Protecting bosonic codes from ancilla-induced logical errors with continuous-variable flags

Bosonic codes have emerged as a promising strategy for achieving fault-tolerant quantum computation with significantly reduced hardware overhead. These continuous-variable encodings use the large dimension of a quantum system's Hilbert space to redundantly store and process quantum information, often relying on ancillary qubits to detect errors on the bosonic encoding. Recent experiments have demonstrated such architectures with ancillary transmons, for the autonomous stabilization of GKP states (Sivak et al., Nature 2023) and for the stabilization of cat qubits concatenated in a repetition code (Putterman et al., Nature 2025). However, the logical lifetime of these codes is often limited by errors on these ancillary qubits, which can propagate to the bosonic code and lead to logical errors. One existing solution to counter such error propagation involves using the second excited state of transmons with a matching dispersive shift to provide first-order protection from transmon decays.

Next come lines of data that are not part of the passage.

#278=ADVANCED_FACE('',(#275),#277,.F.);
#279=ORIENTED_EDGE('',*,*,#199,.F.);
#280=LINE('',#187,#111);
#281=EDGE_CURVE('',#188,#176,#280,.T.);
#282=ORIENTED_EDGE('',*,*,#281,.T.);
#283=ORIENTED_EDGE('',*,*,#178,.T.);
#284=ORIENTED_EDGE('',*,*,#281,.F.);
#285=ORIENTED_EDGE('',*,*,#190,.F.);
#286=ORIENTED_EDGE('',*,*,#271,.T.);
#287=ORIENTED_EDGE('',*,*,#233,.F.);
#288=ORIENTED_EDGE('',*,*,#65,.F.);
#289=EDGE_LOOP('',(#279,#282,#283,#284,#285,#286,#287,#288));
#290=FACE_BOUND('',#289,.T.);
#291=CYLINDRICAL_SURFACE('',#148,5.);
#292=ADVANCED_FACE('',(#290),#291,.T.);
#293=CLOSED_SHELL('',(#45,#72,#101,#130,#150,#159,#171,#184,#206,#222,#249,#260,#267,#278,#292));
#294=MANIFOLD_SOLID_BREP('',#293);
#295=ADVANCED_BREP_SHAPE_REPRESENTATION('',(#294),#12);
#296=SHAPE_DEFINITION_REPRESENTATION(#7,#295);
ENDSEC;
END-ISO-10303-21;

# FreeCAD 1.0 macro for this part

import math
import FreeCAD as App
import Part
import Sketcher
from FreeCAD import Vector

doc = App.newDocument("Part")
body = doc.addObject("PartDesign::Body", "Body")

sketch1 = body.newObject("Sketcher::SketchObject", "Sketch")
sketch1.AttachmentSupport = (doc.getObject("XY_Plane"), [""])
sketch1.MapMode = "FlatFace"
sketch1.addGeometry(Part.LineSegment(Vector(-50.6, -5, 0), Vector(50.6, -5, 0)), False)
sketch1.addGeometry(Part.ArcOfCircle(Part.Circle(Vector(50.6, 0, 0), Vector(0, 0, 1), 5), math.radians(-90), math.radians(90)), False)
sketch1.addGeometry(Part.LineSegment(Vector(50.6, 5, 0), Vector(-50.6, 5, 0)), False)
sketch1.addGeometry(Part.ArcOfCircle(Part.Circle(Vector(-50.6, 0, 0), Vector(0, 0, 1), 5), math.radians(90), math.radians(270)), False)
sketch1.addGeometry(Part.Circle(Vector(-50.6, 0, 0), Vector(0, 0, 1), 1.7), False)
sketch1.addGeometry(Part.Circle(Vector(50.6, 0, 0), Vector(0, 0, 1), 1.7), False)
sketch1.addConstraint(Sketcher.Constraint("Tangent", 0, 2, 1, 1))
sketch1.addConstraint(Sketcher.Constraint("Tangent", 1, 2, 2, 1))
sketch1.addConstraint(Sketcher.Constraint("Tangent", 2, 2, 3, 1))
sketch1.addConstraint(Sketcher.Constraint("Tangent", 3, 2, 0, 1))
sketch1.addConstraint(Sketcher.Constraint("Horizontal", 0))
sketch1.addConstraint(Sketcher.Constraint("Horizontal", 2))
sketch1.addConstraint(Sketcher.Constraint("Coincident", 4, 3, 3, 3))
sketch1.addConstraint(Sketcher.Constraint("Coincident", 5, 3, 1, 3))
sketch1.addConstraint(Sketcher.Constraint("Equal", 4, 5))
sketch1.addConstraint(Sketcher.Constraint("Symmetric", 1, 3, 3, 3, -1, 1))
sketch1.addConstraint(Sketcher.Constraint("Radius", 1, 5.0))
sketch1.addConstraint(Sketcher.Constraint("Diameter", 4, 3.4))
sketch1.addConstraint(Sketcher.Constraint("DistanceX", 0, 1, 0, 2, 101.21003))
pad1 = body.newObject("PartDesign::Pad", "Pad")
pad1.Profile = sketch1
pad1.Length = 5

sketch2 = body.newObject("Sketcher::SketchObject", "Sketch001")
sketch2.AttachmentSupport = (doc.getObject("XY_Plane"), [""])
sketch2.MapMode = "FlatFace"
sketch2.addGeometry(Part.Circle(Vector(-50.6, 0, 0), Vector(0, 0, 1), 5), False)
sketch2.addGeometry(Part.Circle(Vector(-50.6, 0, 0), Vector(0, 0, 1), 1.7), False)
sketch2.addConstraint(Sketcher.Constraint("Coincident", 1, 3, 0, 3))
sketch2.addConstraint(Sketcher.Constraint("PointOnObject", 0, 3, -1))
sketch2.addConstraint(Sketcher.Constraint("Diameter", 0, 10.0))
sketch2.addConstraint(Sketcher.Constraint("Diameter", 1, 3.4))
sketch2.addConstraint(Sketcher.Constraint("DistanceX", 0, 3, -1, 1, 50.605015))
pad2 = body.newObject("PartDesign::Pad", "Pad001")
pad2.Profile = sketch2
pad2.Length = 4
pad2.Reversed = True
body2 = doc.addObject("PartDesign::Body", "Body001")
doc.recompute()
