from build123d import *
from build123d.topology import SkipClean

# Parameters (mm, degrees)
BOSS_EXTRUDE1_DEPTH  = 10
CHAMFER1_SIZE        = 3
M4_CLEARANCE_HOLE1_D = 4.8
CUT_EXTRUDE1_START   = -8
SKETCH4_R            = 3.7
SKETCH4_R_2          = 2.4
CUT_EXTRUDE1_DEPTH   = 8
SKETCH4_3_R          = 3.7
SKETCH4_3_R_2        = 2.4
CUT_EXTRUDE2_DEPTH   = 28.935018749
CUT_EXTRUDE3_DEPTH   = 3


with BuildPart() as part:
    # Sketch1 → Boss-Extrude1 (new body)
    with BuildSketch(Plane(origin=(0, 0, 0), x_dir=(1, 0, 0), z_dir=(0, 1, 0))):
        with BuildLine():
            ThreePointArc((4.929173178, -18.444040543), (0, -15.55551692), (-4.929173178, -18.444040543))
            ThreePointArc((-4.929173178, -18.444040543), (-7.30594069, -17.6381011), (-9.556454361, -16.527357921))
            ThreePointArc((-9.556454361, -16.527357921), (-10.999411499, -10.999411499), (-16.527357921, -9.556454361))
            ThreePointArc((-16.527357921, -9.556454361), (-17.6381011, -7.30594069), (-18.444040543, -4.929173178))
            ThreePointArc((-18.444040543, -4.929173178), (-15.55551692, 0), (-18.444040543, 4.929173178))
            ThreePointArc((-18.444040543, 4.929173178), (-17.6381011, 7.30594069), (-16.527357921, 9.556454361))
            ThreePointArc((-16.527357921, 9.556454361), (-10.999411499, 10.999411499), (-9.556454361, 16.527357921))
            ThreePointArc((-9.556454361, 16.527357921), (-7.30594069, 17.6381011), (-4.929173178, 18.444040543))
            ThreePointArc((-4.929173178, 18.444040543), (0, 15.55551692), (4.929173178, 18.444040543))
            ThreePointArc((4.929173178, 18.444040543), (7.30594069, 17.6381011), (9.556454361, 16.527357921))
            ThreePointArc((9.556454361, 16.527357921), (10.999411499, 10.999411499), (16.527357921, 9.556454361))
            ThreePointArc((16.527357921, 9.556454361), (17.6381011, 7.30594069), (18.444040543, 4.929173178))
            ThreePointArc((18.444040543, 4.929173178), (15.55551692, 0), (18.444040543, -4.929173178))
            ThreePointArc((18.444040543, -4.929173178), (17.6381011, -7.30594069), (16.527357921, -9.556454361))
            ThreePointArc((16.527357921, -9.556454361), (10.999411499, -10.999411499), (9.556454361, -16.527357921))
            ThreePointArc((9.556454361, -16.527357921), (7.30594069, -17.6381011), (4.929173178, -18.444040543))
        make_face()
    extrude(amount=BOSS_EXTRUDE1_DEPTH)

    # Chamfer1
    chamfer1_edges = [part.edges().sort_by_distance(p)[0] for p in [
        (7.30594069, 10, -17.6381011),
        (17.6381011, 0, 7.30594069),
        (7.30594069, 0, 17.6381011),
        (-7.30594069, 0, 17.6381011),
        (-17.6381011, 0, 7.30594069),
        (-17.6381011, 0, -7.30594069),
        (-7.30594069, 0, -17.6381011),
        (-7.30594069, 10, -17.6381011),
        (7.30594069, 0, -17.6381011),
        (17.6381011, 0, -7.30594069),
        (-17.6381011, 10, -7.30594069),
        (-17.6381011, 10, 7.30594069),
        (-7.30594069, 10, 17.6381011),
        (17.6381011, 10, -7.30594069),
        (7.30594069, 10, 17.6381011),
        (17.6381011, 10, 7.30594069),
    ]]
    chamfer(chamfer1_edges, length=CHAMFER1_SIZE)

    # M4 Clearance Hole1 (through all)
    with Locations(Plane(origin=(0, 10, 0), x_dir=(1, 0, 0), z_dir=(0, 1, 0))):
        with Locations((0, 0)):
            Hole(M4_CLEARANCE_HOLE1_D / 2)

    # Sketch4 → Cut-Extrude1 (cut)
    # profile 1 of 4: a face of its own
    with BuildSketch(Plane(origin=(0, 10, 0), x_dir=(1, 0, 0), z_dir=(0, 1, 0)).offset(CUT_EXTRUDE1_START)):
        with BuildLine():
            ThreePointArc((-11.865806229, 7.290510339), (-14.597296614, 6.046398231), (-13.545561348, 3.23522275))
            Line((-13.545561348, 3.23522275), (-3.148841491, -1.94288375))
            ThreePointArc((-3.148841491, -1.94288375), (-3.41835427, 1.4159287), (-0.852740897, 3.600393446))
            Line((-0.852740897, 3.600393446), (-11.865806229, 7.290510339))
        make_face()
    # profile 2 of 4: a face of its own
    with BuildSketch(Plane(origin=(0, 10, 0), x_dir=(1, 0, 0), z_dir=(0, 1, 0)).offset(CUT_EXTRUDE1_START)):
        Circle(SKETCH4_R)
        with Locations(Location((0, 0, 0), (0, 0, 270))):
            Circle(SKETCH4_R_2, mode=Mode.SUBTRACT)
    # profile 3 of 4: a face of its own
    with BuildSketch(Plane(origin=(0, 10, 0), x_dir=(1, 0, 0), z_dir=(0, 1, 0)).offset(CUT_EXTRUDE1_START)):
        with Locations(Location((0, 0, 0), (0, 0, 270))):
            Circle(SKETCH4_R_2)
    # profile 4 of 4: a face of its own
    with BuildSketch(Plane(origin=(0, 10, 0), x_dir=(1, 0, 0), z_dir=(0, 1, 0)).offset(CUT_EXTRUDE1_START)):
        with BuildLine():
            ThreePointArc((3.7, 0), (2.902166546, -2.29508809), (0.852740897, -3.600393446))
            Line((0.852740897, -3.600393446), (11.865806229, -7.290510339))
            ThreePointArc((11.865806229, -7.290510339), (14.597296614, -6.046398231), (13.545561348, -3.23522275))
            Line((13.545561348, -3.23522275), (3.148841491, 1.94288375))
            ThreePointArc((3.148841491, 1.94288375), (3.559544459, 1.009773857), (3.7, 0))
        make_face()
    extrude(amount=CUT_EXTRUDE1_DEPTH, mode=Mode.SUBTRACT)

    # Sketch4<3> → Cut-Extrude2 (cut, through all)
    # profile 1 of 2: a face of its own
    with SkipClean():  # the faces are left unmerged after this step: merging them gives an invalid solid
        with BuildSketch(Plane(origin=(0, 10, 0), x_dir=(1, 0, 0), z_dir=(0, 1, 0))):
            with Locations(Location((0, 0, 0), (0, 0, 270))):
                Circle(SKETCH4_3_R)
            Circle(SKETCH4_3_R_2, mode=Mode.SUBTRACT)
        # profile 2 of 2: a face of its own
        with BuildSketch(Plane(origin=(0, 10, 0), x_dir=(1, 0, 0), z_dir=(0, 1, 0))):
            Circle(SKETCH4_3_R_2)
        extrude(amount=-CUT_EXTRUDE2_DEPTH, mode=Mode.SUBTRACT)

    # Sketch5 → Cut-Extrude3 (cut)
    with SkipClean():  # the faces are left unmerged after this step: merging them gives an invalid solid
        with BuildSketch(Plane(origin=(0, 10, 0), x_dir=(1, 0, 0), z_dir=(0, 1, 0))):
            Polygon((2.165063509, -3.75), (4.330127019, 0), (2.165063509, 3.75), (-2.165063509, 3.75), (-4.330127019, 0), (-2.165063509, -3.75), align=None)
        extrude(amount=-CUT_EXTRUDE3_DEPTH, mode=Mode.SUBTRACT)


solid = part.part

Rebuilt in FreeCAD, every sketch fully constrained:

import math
import FreeCAD as App
import Part
import Sketcher
from FreeCAD import Vector
Q = App.Units.Quantity


def edges_at(feature, points):
    """Names of the edges that pass closest to the given points."""
    edges = feature.Shape.Edges
    near = lambda p: min(range(len(edges)), key=lambda i: edges[i].distToShape(Part.Vertex(*p))[0])
    return sorted({f"Edge{near(p) + 1}" for p in points})


def add_polygon(sketch, points):
    """Adds a closed chain of lines whose ends are joined by coincident constraints."""
    first, n = sketch.GeometryCount, len(points)
    for a, b in zip(points, points[1:] + points[:1]):
        sketch.addGeometry(Part.LineSegment(App.Vector(*a, 0), App.Vector(*b, 0)), False)
    for i in range(n):
        sketch.addConstraint(Sketcher.Constraint("Coincident", first + i, 2, first + (i + 1) % n, 1))

doc = App.newDocument("Part")
body = doc.addObject("PartDesign::Body", "Body")

sketch1 = body.newObject("Sketcher::SketchObject", "Sketch")
sketch1.AttachmentSupport = (doc.getObject("XZ_Plane"), [""])
sketch1.MapMode = "FlatFace"
sketch1.addGeometry(Part.ArcOfCircle(Part.Circle(Vector(0, 21, 0), Vector(0, 0, 1), 6), math.radians(-151), math.radians(-29)), False)
sketch1.addGeometry(Part.ArcOfCircle(Part.Circle(Vector(0, 0, 0), Vector(0, 0, 1), 19), math.radians(59.96), math.radians(75.04)), False)
sketch1.addGeometry(Part.ArcOfCircle(Part.Circle(Vector(15, 15, 0), Vector(0, 0, 1), 6), math.radians(164), math.radians(286)), False)
sketch1.addGeometry(Part.ArcOfCircle(Part.Circle(Vector(0, 0, 0), Vector(0, 0, 1), 19), math.radians(14.96), math.radians(30.04)), False)
sketch1.addGeometry(Part.ArcOfCircle(Part.Circle(Vector(21, 0, 0), Vector(0, 0, 1), 6), math.radians(119), math.radians(241)), False)
sketch1.addGeometry(Part.ArcOfCircle(Part.Circle(Vector(0, 0, 0), Vector(0, 0, 1), 19), math.radians(-30.04), math.radians(-14.96)), False)
sketch1.addGeometry(Part.ArcOfCircle(Part.Circle(Vector(15, -15, 0), Vector(0, 0, 1), 6), math.radians(74), math.radians(196)), False)
sketch1.addGeometry(Part.ArcOfCircle(Part.Circle(Vector(0, 0, 0), Vector(0, 0, 1), 19), math.radians(-75.04), math.radians(-59.96)), False)
sketch1.addGeometry(Part.ArcOfCircle(Part.Circle(Vector(0, -21, 0), Vector(0, 0, 1), 6), math.radians(29), math.radians(151)), False)
sketch1.addGeometry(Part.ArcOfCircle(Part.Circle(Vector(0, 0, 0), Vector(0, 0, 1), 19), math.radians(-120.04), math.radians(-104.96)), False)
sketch1.addGeometry(Part.ArcOfCircle(Part.Circle(Vector(-15, -15, 0), Vector(0, 0, 1), 6), math.radians(-16), math.radians(106)), False)
sketch1.addGeometry(Part.ArcOfCircle(Part.Circle(Vector(0, 0, 0), Vector(0, 0, 1), 19), math.radians(-165.04), math.radians(-149.96)), False)
sketch1.addGeometry(Part.ArcOfCircle(Part.Circle(Vector(-21, 0, 0), Vector(0, 0, 1), 6), math.radians(-61), math.radians(61)), False)
sketch1.addGeometry(Part.ArcOfCircle(Part.Circle(Vector(0, 0, 0), Vector(0, 0, 1), 19), math.radians(149.96), math.radians(165.04)), False)
sketch1.addGeometry(Part.ArcOfCircle(Part.Circle(Vector(-15, 15, 0), Vector(0, 0, 1), 6), math.radians(-106), math.radians(16)), False)
sketch1.addGeometry(Part.ArcOfCircle(Part.Circle(Vector(0, 0, 0), Vector(0, 0, 1), 19), math.radians(104.96), math.radians(120.04)), False)
sketch1.addConstraint(Sketcher.Constraint("Coincident", 0, 2, 1, 2))
sketch1.addConstraint(Sketcher.Constraint("Coincident", 1, 1, 2, 1))
sketch1.addConstraint(Sketcher.Constraint("Coincident", 2, 2, 3, 2))
sketch1.addConstraint(Sketcher.Constraint("Coincident", 3, 1, 4, 1))
sketch1.addConstraint(Sketcher.Constraint("Coincident", 4, 2, 5, 2))
sketch1.addConstraint(Sketcher.Constraint("Coincident", 5, 1, 6, 1))
sketch1.addConstraint(Sketcher.Constraint("Coincident", 6, 2, 7, 2))
sketch1.addConstraint(Sketcher.Constraint("Coincident", 7, 1, 8, 1))
sketch1.addConstraint(Sketcher.Constraint("Coincident", 8, 2, 9, 2))
sketch1.addConstraint(Sketcher.Constraint("Coincident", 9, 1, 10, 1))
sketch1.addConstraint(Sketcher.Constraint("Coincident", 10, 2, 11, 2))
sketch1.addConstraint(Sketcher.Constraint("Coincident", 11, 1, 12, 1))
sketch1.addConstraint(Sketcher.Constraint("Coincident", 12, 2, 13, 2))
sketch1.addConstraint(Sketcher.Constraint("Coincident", 13, 1, 14, 1))
sketch1.addConstraint(Sketcher.Constraint("Coincident", 14, 2, 15, 2))
sketch1.addConstraint(Sketcher.Constraint("Coincident", 15, 1, 0, 1))
sketch1.addConstraint(Sketcher.Constraint("Coincident", 1, 3, -1, 1))
sketch1.addConstraint(Sketcher.Constraint("Coincident", 3, 3, -1, 1))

In this work, we present an alternative solution based on continuous-variable flags, showing that it is possible to detect and correct ancilla-induced logical errors using this mode. Specifically, we demonstrate how this approach can be applied in circuit quantum electrodynamics architectures to reduce transmon-induced errors during syndrome measurements of both rotation-symmetric and translation-symmetric bosonic codes.